Prov 22.6 “Start children off on the way they should go, and even when they are old they will not turn from it.”


Be encouraging. Be present and patient with your child. Encourage her to verbalize her needs and respond as appropriate. Provide the support and care required to let her know she’s safe. Remember, only the person with the need can determine how much reassurance is enough to meet that need.

Model God’s love. At the heart of healthy attachment is a deep awareness of God’s love and unconditional acceptance. Reflect and express this unconditional care in all your dealings with your child.

Be intentional. Starting in your child’s infancy, make a conscious effort to establish meaningful connections. At a young age this can mean reading stories and playing games. As children get older a lot of parents stop doing these things. Many teenagers may not want to be seen with their parents, but you can still do things as a family at home. Shared meals, game nights, movie nights, art nights are all important ways o connect with your children. Sometimes an adult may not be naturally interested in what your child is interested in. If you hear their music and say “Turn that racket down.” This can put a barrier between you and your child. Instead you should say, do you like this band.., tell me more about them…

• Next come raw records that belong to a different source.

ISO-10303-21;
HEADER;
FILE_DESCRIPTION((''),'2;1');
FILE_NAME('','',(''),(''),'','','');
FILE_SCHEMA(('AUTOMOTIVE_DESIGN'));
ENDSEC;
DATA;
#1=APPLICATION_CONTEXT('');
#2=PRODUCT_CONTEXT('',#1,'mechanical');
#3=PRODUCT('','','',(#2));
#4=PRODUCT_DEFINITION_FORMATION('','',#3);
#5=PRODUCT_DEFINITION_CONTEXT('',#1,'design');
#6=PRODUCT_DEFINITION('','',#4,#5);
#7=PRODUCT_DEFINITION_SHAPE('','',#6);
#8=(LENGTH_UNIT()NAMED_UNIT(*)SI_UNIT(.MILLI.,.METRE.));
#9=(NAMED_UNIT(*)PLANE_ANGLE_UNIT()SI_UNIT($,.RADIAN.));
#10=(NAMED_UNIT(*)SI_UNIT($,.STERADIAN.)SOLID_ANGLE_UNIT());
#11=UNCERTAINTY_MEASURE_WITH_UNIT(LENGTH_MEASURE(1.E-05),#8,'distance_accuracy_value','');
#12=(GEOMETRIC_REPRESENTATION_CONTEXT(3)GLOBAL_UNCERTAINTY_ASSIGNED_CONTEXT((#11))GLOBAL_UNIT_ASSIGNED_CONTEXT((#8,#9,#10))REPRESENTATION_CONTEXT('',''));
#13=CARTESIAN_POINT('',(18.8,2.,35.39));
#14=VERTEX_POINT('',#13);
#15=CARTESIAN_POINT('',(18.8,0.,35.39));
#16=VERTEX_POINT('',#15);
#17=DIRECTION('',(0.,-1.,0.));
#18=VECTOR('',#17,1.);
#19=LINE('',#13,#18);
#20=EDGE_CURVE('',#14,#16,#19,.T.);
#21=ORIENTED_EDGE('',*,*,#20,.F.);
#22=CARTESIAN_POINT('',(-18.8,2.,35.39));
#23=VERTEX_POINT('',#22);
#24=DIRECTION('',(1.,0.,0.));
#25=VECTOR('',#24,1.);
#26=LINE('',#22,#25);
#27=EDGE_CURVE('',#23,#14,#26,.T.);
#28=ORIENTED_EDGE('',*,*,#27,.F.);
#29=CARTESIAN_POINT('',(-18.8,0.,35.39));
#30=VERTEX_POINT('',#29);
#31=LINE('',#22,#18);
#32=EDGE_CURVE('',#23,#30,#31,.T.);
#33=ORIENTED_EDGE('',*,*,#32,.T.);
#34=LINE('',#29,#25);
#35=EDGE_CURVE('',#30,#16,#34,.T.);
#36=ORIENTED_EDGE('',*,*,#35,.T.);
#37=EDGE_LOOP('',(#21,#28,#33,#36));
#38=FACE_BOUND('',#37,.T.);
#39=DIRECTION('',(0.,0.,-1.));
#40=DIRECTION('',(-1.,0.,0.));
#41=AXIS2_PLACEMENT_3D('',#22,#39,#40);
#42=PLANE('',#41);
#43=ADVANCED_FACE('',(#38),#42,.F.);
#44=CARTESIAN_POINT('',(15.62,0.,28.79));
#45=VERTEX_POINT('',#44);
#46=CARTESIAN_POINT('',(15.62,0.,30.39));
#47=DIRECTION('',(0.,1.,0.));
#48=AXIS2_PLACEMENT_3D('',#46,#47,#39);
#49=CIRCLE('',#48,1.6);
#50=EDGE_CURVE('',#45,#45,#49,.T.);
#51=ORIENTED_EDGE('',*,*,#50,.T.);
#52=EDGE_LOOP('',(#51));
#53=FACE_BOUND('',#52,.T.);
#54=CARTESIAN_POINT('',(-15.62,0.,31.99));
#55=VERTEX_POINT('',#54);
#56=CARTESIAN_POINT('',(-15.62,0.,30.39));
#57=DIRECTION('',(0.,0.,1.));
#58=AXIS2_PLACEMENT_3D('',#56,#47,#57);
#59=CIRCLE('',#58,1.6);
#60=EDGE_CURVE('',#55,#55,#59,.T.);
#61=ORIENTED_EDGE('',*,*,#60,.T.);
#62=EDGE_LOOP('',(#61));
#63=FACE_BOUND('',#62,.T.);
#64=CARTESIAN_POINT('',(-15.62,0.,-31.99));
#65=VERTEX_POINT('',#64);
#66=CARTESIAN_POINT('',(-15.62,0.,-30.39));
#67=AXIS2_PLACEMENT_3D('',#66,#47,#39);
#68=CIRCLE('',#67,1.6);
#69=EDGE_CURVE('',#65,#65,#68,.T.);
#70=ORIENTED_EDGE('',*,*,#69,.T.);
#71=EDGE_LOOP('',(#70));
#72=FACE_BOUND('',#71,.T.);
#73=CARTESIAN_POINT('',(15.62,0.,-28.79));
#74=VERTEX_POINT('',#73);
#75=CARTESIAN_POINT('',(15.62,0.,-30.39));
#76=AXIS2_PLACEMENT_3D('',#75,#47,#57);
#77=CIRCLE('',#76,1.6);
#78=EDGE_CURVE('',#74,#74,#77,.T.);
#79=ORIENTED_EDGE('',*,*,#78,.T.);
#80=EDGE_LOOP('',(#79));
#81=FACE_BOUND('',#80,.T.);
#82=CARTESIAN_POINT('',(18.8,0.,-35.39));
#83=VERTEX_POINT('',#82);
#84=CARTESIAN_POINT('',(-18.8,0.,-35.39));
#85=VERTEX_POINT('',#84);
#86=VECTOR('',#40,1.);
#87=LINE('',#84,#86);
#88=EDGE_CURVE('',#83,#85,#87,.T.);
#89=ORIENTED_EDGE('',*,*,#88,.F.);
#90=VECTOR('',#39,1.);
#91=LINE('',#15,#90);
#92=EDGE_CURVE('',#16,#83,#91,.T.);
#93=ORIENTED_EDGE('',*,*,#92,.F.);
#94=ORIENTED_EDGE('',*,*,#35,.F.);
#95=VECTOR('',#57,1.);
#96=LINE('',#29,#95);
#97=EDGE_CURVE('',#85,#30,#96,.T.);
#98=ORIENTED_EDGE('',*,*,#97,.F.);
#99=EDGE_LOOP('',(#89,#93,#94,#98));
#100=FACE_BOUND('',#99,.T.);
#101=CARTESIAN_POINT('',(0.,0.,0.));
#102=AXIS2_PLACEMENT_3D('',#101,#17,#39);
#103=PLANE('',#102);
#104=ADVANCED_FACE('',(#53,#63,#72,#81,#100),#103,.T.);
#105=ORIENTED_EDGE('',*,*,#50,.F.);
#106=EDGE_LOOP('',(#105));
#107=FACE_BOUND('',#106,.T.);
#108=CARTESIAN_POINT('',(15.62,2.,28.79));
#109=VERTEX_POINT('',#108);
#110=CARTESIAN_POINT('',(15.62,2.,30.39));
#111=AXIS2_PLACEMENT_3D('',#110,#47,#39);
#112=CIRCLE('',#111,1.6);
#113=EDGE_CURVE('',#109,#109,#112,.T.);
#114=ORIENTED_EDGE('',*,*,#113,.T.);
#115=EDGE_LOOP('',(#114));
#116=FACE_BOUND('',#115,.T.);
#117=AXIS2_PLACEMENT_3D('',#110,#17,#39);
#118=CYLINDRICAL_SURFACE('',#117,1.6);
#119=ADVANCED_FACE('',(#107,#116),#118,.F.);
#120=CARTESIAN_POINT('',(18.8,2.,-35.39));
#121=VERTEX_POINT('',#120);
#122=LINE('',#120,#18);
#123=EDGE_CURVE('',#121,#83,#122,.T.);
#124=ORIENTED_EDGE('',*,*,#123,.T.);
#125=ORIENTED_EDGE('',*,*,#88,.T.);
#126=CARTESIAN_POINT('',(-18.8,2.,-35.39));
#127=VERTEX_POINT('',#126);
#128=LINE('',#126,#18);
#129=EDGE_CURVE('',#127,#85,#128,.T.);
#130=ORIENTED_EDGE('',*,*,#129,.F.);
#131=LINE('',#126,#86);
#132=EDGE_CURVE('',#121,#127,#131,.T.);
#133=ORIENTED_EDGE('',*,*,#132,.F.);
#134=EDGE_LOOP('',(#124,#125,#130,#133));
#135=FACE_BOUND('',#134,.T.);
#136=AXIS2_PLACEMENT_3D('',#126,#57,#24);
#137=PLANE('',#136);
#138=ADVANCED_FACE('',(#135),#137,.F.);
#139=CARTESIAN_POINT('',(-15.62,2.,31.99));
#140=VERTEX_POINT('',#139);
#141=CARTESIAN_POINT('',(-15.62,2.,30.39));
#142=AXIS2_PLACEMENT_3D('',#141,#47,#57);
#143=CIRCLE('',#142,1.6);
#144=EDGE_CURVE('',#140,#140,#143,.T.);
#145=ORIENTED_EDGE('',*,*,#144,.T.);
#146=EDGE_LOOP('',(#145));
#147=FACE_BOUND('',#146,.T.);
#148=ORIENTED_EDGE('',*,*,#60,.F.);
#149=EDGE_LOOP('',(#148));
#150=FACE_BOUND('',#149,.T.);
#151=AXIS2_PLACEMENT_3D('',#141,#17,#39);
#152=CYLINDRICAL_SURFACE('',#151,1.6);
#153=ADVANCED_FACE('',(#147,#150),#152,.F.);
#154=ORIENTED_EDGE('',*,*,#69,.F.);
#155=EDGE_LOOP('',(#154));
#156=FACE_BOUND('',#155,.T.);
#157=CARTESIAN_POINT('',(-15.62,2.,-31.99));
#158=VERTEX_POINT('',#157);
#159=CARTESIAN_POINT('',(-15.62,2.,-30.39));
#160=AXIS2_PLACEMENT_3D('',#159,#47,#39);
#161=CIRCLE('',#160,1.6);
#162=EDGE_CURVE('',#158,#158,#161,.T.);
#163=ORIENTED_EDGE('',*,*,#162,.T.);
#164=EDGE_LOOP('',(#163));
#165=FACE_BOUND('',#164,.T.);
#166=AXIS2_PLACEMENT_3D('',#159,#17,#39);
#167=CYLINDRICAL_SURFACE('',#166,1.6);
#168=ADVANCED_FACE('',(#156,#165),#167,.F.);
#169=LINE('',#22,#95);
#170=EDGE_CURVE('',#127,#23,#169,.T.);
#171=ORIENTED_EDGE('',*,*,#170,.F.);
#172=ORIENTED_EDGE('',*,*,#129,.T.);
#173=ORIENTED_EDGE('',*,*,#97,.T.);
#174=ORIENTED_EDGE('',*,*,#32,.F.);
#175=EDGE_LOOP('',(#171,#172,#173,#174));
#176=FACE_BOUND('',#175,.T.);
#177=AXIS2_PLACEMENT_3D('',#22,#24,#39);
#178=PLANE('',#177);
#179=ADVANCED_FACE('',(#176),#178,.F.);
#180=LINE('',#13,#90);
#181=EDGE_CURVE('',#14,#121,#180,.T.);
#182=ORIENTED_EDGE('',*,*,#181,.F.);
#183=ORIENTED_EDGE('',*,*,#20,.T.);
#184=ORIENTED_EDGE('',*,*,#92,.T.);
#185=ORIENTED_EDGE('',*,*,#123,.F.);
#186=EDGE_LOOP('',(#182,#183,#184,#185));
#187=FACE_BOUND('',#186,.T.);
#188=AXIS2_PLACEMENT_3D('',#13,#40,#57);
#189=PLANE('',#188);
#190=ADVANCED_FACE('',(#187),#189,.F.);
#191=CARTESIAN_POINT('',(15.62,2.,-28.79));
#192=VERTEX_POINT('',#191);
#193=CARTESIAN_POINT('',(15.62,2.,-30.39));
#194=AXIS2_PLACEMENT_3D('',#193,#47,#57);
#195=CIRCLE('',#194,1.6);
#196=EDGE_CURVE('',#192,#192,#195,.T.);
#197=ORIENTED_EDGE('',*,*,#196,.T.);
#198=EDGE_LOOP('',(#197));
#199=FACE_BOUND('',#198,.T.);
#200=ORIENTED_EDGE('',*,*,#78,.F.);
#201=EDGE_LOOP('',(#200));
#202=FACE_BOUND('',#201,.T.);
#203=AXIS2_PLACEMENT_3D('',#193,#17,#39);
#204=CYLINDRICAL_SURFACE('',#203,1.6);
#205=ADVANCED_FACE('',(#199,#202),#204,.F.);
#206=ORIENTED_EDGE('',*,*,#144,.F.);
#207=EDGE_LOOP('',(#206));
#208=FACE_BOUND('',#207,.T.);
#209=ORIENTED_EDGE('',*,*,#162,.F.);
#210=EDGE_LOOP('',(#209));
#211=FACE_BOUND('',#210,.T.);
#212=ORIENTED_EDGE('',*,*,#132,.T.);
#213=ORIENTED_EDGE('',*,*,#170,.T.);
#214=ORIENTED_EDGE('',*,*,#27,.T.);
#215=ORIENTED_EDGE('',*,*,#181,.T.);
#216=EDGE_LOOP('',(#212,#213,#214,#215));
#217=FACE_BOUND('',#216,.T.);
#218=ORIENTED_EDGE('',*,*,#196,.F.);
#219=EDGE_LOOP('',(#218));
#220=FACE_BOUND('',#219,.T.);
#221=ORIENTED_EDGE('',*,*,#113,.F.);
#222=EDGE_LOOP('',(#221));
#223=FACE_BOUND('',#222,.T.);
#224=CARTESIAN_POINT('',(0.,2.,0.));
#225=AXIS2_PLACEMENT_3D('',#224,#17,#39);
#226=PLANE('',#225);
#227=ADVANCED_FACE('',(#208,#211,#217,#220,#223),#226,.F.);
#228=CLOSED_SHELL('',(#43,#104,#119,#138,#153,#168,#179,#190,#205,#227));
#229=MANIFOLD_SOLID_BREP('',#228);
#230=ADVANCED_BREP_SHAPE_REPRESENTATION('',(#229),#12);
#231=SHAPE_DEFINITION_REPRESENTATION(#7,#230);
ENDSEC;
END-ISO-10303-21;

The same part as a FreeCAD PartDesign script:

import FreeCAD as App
import Part
import Sketcher
Q = App.Units.Quantity

doc = App.newDocument("Part")
params = doc.addObject("Spreadsheet::Sheet", "Params")
for row, (alias, value) in enumerate([
    ("sketch1_diameter", "3.2 mm"),
    ("sketch1_width", "37.6 mm"),
    ("sketch1_height", "70.78 mm"),
    ("pad1_length", "2 mm"),
], start=1):
    params.set(f"A{row}", alias)
    params.set(f"B{row}", "=" + value)
    params.setAlias(f"B{row}", alias)

body = doc.addObject("PartDesign::Body", "Body")

sketch1 = body.newObject("Sketcher::SketchObject", "Sketch")
sketch1.AttachmentSupport = (doc.getObject("XZ_Plane"), [""])
sketch1.MapMode = "FlatFace"
sketch1.addGeometry(Part.LineSegment(App.Vector(-18.8, -35.4, 0), App.Vector(-18.8, 35.4, 0)), False)
sketch1.addGeometry(Part.LineSegment(App.Vector(-18.8, 35.4, 0), App.Vector(18.8, 35.4, 0)), False)
sketch1.addGeometry(Part.LineSegment(App.Vector(18.8, 35.4, 0), App.Vector(18.8, -35.4, 0)), False)
sketch1.addGeometry(Part.LineSegment(App.Vector(18.8, -35.4, 0), App.Vector(-18.8, -35.4, 0)), False)
sketch1.addGeometry(Part.Circle(App.Vector(-15.6, 30.4, 0), App.Vector(0, 0, 1), 1.6), False)
sketch1.addGeometry(Part.Circle(App.Vector(15.6, 30.4, 0), App.Vector(0, 0, 1), 1.6), False)
sketch1.addGeometry(Part.Circle(App.Vector(-15.6, -30.4, 0), App.Vector(0, 0, 1), 1.6), False)
sketch1.addGeometry(Part.Circle(App.Vector(15.6, -30.4, 0), App.Vector(0, 0, 1), 1.6), False)
sketch1.addConstraint(Sketcher.Constraint("Coincident", 0, 2, 1, 1))
sketch1.addConstraint(Sketcher.Constraint("Coincident", 1, 2, 2, 1))
sketch1.addConstraint(Sketcher.Constraint("Coincident", 2, 2, 3, 1))
sketch1.addConstraint(Sketcher.Constraint("Coincident", 3, 2, 0, 1))
sketch1.addConstraint(Sketcher.Constraint("Vertical", 0))
sketch1.addConstraint(Sketcher.Constraint("Horizontal", 1))
sketch1.addConstraint(Sketcher.Constraint("Vertical", 2))
sketch1.addConstraint(Sketcher.Constraint("Horizontal", 3))
sketch1.addConstraint(Sketcher.Constraint("Equal", 4, 5))
sketch1.addConstraint(Sketcher.Constraint("Equal", 5, 6))
sketch1.addConstraint(Sketcher.Constraint("Equal", 6, 7))
sketch1.addConstraint(Sketcher.Constraint("Symmetric", 5, 3, 6, 3, -1, 1))
sketch1.addConstraint(Sketcher.Constraint("Symmetric", 4, 3, 7, 3, -1, 1))
sketch1.addConstraint(Sketcher.Constraint("Symmetric", 0, 2, 2, 2, -1, 1))
sketch1.addConstraint(Sketcher.Constraint("Symmetric", 4, 3, 5, 3, -2))
sketch1.addConstraint(Sketcher.Constraint("Diameter", 4, Q("3.2 mm")))
sketch1.addConstraint(Sketcher.Constraint("DistanceX", 1, 1, 1, 2, Q("37.6 mm")))
sketch1.addConstraint(Sketcher.Constraint("DistanceY", 4, 3, 0, 2, Q("5 mm")))
sketch1.addConstraint(Sketcher.Constraint("DistanceY", 0, 1, 0, 2, Q("70.78 mm")))
sketch1.addConstraint(Sketcher.Constraint("DistanceX", 4, 3, -1, 1, Q("15.62 mm")))
sketch1.setExpression("Constraints[15]", "Params.sketch1_diameter")
sketch1.setExpression("Constraints[16]", "Params.sketch1_width")
sketch1.setExpression("Constraints[18]", "Params.sketch1_height")
pad1 = body.newObject("PartDesign::Pad", "Pad")
pad1.Profile = sketch1
pad1.setExpression("Length", "Params.pad1_length")
pad1.Reversed = True

doc.recompute()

Let enough be enough. Be content to do what you can. Don’t fall for the false thinking that you have to measure up. As we said, there’s no such thing as a perfect parent. The good news is, we don’t have to be perfect parents—just good-enough ones. Do what you can and let that be good enough.

When you take an interest in your children you help form a connection.

Conclusion: Getting Off on the Right Foot

A healthy outlook on life grows out of healthy attachment. As a parent, your number-one concern is to establish your child’s life upon a firm foundation of solid relational connectedness. The best research indicates that connected kids do well in almost every area of life. The disconnected child is more likely to face serious challenges down the road.